Document loaders
PDF Document Loader
The PDF Document Loader is a node designed to load and process PDF files within a document processing pipeline. It can handle single or multiple PDF files, split them into pages or keep them as whole documents, and apply text splitting if needed.
Node Details
- Name: pdfFile
- Type: Document
- Category: Document Loaders
- Version: 1.0
Parameters
-
Pdf File (required)
- Type: file
- File Type: .pdf
- Description: The PDF file(s) to be processed.
-
Text Splitter (optional)
- Type: TextSplitter
- Description: A text splitter to be applied to the extracted text.
-
Usage (required)
- Type: options
- Options:
- One document per page (perPage)
- One document per file (perFile)
- Default: perPage
- Description: Determines how the PDF content is split into documents.
-
Use Legacy Build (optional)
- Type: boolean
- Description: Whether to use the legacy build of the PDF parsing library.
-
Additional Metadata (optional)
- Type: json
- Description: Additional metadata to be added to the extracted documents.
-
Omit Metadata Keys (optional)
- Type: string
- Description: Comma-separated list of metadata keys to omit from the final documents. Use * to omit all default metadata keys.
Input
The node accepts PDF files either as base64-encoded strings or as file references from storage.
Output
The node outputs an array of IDocument objects, each representing a page or a whole PDF file (depending on the Usage setting). Each document contains:
- Page content as text
- Metadata (which can be customized or filtered based on the input parameters)
Functionality
- Loads PDF file(s) from the provided input (either base64-encoded or from file storage).
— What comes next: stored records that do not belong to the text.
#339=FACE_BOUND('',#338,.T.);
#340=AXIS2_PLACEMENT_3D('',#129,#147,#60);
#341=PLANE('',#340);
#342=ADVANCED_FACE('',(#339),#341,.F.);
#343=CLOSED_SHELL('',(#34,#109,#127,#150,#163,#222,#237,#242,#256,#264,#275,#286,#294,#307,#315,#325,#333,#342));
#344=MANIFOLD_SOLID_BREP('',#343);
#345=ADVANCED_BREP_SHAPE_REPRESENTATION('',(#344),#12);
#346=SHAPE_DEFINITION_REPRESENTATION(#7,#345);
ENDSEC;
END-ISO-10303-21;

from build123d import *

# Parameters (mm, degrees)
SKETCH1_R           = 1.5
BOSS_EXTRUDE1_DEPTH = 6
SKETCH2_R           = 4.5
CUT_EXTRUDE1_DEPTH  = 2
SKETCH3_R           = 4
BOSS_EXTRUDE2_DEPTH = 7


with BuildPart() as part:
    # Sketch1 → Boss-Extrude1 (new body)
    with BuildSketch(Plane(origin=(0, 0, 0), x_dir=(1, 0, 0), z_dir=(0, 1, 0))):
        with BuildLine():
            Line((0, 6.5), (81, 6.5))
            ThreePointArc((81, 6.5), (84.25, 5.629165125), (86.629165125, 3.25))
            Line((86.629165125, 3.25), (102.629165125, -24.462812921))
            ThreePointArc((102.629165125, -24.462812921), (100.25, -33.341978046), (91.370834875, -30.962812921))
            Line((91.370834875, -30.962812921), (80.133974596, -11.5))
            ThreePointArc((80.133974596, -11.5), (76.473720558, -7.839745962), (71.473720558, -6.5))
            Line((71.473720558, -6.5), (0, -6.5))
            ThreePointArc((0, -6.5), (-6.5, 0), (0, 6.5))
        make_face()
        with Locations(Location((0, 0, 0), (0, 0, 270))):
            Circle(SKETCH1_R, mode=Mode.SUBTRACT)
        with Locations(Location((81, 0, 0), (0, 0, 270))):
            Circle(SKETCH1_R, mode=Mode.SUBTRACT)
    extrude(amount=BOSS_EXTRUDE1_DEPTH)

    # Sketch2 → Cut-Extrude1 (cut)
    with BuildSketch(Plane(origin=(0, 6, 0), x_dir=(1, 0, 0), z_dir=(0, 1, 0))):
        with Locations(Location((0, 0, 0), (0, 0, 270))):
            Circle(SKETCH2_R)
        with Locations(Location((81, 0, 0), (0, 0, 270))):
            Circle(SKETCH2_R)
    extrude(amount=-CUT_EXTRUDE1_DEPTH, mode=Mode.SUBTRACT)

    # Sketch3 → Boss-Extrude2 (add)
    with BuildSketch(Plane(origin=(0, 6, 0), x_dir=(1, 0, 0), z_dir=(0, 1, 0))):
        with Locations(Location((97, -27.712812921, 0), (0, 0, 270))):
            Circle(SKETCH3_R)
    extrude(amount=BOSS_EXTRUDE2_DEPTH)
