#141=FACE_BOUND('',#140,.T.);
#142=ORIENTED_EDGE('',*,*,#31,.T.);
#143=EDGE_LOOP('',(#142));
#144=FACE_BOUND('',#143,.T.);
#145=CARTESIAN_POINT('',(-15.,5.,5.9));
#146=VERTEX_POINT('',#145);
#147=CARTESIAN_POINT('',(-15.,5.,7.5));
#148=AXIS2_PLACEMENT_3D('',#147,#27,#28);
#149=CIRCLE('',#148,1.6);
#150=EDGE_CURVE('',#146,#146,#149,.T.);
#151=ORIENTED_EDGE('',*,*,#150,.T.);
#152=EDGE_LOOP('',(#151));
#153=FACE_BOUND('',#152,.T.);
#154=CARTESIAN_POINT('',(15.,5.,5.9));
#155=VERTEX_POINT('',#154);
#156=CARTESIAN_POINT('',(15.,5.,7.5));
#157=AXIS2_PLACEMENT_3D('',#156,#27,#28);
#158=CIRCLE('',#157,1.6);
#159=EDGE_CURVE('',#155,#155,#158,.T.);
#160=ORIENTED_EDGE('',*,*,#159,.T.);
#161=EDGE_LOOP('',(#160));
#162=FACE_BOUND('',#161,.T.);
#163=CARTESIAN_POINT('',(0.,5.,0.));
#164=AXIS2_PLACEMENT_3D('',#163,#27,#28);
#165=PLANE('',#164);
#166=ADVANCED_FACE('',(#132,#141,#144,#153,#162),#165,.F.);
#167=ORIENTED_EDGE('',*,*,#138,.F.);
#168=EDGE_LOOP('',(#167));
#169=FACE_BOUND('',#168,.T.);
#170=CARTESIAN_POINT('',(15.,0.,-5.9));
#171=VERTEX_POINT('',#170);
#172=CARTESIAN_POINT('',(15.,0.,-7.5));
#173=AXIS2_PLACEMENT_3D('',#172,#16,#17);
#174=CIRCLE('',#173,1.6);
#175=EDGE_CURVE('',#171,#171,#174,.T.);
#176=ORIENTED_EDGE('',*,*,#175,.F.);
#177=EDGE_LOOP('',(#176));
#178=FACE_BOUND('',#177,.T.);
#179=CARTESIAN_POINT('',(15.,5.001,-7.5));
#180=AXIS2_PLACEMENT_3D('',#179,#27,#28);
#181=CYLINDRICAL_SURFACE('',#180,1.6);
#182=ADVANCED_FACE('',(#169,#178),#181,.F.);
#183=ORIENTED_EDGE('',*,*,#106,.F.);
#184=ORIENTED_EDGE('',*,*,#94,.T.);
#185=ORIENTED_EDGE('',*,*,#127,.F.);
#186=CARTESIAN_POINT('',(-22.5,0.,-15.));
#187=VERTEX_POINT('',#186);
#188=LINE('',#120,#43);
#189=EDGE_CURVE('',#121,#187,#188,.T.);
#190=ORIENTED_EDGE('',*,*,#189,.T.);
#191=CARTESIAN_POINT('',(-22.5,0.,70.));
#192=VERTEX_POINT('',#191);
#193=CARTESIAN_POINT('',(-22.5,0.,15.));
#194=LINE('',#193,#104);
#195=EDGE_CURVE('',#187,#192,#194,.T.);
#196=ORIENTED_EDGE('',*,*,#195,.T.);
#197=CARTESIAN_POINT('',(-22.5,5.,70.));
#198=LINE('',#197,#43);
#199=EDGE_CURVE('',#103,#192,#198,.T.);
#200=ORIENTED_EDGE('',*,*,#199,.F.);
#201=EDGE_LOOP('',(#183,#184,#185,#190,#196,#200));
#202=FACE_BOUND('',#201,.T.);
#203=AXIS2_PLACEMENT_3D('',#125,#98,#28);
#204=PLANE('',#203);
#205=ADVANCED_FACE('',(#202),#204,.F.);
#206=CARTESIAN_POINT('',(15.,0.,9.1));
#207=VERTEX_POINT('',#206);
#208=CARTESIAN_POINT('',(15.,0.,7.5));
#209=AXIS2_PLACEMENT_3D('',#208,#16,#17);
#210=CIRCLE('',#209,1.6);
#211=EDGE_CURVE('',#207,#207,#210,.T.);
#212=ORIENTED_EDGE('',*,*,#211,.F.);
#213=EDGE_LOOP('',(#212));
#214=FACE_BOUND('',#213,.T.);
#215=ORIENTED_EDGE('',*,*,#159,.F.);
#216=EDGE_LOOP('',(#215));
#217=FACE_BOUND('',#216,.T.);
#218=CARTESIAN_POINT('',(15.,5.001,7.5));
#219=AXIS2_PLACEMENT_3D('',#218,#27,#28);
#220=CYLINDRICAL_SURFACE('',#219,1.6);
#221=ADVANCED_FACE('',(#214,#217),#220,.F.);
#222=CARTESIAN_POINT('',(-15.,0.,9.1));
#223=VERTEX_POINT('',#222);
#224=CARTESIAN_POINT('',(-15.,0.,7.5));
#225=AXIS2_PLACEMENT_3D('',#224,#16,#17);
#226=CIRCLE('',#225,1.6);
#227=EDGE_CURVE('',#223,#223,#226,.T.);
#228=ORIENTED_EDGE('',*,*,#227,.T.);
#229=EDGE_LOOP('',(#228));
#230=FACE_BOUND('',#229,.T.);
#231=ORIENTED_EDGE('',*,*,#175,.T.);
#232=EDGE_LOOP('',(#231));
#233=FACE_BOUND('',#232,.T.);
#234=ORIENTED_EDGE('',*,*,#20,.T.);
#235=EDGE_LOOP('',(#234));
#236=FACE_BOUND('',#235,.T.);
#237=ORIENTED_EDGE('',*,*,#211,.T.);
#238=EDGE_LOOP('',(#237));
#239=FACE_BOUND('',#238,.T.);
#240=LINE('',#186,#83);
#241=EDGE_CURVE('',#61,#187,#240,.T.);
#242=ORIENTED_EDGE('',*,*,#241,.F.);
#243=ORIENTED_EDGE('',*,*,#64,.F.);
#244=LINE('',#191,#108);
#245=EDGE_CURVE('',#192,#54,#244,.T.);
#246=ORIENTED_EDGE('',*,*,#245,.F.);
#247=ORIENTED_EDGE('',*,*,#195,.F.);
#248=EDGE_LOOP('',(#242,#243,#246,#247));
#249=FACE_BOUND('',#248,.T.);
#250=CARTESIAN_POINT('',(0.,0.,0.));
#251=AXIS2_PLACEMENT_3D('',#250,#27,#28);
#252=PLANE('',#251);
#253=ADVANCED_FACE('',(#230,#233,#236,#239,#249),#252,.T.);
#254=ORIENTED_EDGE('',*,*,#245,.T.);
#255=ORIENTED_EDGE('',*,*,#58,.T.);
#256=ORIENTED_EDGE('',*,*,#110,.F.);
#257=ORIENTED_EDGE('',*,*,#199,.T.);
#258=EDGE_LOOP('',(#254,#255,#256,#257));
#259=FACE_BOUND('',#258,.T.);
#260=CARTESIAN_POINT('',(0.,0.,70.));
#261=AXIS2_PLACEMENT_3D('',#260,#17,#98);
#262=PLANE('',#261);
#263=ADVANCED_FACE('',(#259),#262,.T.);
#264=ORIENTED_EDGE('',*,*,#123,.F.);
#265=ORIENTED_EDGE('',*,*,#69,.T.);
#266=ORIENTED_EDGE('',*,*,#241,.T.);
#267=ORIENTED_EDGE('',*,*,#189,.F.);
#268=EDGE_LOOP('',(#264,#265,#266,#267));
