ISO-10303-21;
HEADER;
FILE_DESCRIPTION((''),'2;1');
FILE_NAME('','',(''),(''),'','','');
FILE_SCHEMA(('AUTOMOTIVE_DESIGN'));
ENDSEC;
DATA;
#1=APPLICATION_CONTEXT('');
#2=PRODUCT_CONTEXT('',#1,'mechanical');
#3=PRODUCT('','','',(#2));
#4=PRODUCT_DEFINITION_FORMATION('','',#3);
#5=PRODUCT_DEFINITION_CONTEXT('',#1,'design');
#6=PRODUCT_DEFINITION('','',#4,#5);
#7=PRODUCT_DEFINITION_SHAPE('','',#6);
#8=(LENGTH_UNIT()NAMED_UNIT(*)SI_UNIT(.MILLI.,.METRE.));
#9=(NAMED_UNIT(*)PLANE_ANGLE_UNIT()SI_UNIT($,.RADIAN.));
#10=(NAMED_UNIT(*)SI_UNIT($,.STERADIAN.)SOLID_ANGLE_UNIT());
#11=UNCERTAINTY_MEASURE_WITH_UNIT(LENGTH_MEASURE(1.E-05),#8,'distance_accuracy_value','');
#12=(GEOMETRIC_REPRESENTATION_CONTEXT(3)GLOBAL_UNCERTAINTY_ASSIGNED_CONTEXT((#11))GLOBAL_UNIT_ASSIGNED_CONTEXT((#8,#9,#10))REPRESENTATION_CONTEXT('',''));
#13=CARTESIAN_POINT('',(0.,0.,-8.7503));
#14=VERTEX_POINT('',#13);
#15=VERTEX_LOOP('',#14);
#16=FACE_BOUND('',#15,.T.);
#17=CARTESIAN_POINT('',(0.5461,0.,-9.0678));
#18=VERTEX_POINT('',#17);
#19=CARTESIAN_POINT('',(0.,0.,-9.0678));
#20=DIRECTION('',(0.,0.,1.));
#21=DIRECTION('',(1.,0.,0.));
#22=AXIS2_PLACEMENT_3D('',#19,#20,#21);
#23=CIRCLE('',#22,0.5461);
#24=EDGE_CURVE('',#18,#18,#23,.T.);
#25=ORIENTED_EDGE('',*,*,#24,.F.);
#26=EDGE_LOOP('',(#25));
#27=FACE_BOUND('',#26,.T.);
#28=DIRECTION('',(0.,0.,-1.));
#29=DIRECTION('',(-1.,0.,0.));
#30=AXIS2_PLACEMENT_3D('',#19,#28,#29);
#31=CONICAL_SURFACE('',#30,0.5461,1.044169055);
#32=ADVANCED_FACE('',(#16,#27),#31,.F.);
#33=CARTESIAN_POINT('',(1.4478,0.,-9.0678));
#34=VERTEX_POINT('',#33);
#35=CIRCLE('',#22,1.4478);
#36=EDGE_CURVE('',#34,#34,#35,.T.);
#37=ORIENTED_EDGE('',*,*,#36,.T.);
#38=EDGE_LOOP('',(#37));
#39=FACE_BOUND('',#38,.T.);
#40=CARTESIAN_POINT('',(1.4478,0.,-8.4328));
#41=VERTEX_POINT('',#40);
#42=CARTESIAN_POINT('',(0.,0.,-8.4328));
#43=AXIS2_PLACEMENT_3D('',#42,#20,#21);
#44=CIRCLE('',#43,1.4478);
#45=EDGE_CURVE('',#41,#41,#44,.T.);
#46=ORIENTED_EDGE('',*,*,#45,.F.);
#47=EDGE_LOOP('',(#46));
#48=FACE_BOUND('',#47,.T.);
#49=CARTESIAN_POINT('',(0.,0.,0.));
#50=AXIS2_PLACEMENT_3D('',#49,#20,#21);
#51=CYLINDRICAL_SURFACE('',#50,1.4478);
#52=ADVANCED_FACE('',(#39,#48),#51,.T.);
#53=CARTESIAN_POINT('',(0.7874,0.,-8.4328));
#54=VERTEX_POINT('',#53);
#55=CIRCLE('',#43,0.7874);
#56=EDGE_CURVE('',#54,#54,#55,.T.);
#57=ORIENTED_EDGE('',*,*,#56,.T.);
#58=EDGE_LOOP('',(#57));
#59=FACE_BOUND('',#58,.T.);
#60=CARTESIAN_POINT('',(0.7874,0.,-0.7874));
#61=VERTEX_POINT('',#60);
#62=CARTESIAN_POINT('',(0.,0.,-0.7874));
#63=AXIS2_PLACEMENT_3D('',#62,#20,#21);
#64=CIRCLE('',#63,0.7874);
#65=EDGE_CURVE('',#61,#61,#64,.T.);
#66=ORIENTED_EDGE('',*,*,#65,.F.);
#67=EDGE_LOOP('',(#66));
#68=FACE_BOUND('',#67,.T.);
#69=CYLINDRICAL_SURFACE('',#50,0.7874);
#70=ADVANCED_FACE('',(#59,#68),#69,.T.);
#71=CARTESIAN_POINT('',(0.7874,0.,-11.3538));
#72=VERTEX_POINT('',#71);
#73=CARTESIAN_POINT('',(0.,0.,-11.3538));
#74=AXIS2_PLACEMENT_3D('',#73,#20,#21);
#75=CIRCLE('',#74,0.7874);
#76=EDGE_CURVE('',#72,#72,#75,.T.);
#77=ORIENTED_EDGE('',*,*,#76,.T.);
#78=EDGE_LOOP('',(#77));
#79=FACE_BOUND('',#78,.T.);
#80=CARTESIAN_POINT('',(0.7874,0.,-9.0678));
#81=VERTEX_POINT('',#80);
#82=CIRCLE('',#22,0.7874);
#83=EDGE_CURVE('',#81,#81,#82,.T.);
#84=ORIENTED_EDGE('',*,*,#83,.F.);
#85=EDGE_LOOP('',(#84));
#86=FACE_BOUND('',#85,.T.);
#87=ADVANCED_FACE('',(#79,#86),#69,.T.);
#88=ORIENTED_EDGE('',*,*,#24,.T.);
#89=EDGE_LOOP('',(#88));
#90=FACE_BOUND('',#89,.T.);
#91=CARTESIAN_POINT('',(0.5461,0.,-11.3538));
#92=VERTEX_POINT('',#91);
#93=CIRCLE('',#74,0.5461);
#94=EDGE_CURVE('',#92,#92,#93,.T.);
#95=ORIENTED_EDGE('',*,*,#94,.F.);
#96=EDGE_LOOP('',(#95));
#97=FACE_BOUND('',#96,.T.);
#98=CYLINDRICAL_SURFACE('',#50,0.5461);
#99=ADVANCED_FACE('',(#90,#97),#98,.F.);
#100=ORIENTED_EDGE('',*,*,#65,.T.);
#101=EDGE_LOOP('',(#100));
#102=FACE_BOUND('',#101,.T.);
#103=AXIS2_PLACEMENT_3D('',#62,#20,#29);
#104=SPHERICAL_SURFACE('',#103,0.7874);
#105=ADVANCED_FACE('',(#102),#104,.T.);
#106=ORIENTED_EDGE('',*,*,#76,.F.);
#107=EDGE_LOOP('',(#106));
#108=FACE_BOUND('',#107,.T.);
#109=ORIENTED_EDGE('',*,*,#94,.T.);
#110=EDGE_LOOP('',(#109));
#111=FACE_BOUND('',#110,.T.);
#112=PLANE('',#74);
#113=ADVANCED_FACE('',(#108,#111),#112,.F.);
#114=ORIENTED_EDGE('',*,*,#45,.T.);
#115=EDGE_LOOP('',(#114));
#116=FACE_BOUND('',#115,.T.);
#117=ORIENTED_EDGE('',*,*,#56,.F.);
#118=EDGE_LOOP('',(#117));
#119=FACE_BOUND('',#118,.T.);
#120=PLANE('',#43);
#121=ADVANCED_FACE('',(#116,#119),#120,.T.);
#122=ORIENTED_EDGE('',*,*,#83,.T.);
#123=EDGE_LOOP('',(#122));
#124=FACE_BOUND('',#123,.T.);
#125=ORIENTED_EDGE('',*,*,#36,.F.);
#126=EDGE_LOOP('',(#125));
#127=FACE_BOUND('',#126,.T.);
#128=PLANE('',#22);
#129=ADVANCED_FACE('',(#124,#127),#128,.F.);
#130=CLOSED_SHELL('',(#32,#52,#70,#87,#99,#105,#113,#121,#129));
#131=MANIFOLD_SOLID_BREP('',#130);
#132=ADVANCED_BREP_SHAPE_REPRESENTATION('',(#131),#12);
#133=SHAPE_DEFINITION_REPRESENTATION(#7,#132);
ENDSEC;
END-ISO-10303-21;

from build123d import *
from build123d.topology import SkipClean

# Parameters (mm, degrees)
SKETCH1_W = 0.2413
SKETCH1_H = 2.286


with BuildPart() as part:
    # Sketch1 → Revolve1 (revolve)
    with SkipClean():  # the faces are left unmerged after this step: merging them gives an invalid solid
        with BuildSketch(Plane(origin=(0, 0, 0), x_dir=(1, 0, 0), z_dir=(0, 1, 0))):
            with BuildLine():
                ThreePointArc((0.7874, 0.7874), (0.55677588, 1.34417588), (0, 1.5748))
                Line((0, 1.5748), (0, 0))
                ThreePointArc((0, 0), (0.55677588, 0.23062412), (0.7874, 0.7874))
            make_face()
            with BuildLine():
                Line((0, 0), (0, 1.5748))
                ThreePointArc((0, 1.5748), (-0.7874, 0.7874), (0, 0))
            make_face()
            with BuildLine():
                Line((0.7874, 8.4328), (0, 8.4328))
                Line((0, 8.4328), (0, 1.5748))
                ThreePointArc((0, 1.5748), (0.55677588, 1.34417588), (0.7874, 0.7874))
                Line((0.7874, 0.7874), (0.7874, 8.4328))
            make_face()
            Polygon((0.7874, 9.0678), (0.5461, 9.0678), (0, 8.7503), (0, 8.4328), (0.7874, 8.4328), (1.4478, 8.4328), (1.4478, 9.0678), align=None)
            with Locations((0.66675, 10.2108)):
                Rectangle(SKETCH1_W, SKETCH1_H)
        revolve(axis=Axis((0, 0, 0), (0, 0, -1)))


solid = part.part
- Processes each PDF file:
- If Usage is set to ‘perFile’, it creates one document per PDF file.
- If Usage is set to ‘perPage’, it creates one document per page of each PDF file.
- Applies text splitting if a TextSplitter is provided.
- Adds or modifies metadata based on the Additional Metadata input.
- Filters metadata based on the Omit Metadata Keys input.
Use Cases
- Extracting text content from PDF files for further processing or analysis.
- Preparing PDF content for ingestion into vector databases or search engines.
- Splitting large PDF documents into smaller, more manageable chunks.
- Customizing metadata for PDF-sourced documents in a document processing pipeline.
Notes
- The node uses the PDFLoader from the langchain library for PDF parsing.
- It supports both modern and legacy builds of the PDF parsing library, which can be useful for compatibility with different types of PDF files.
- The node is flexible in handling both single and multiple PDF files in one operation.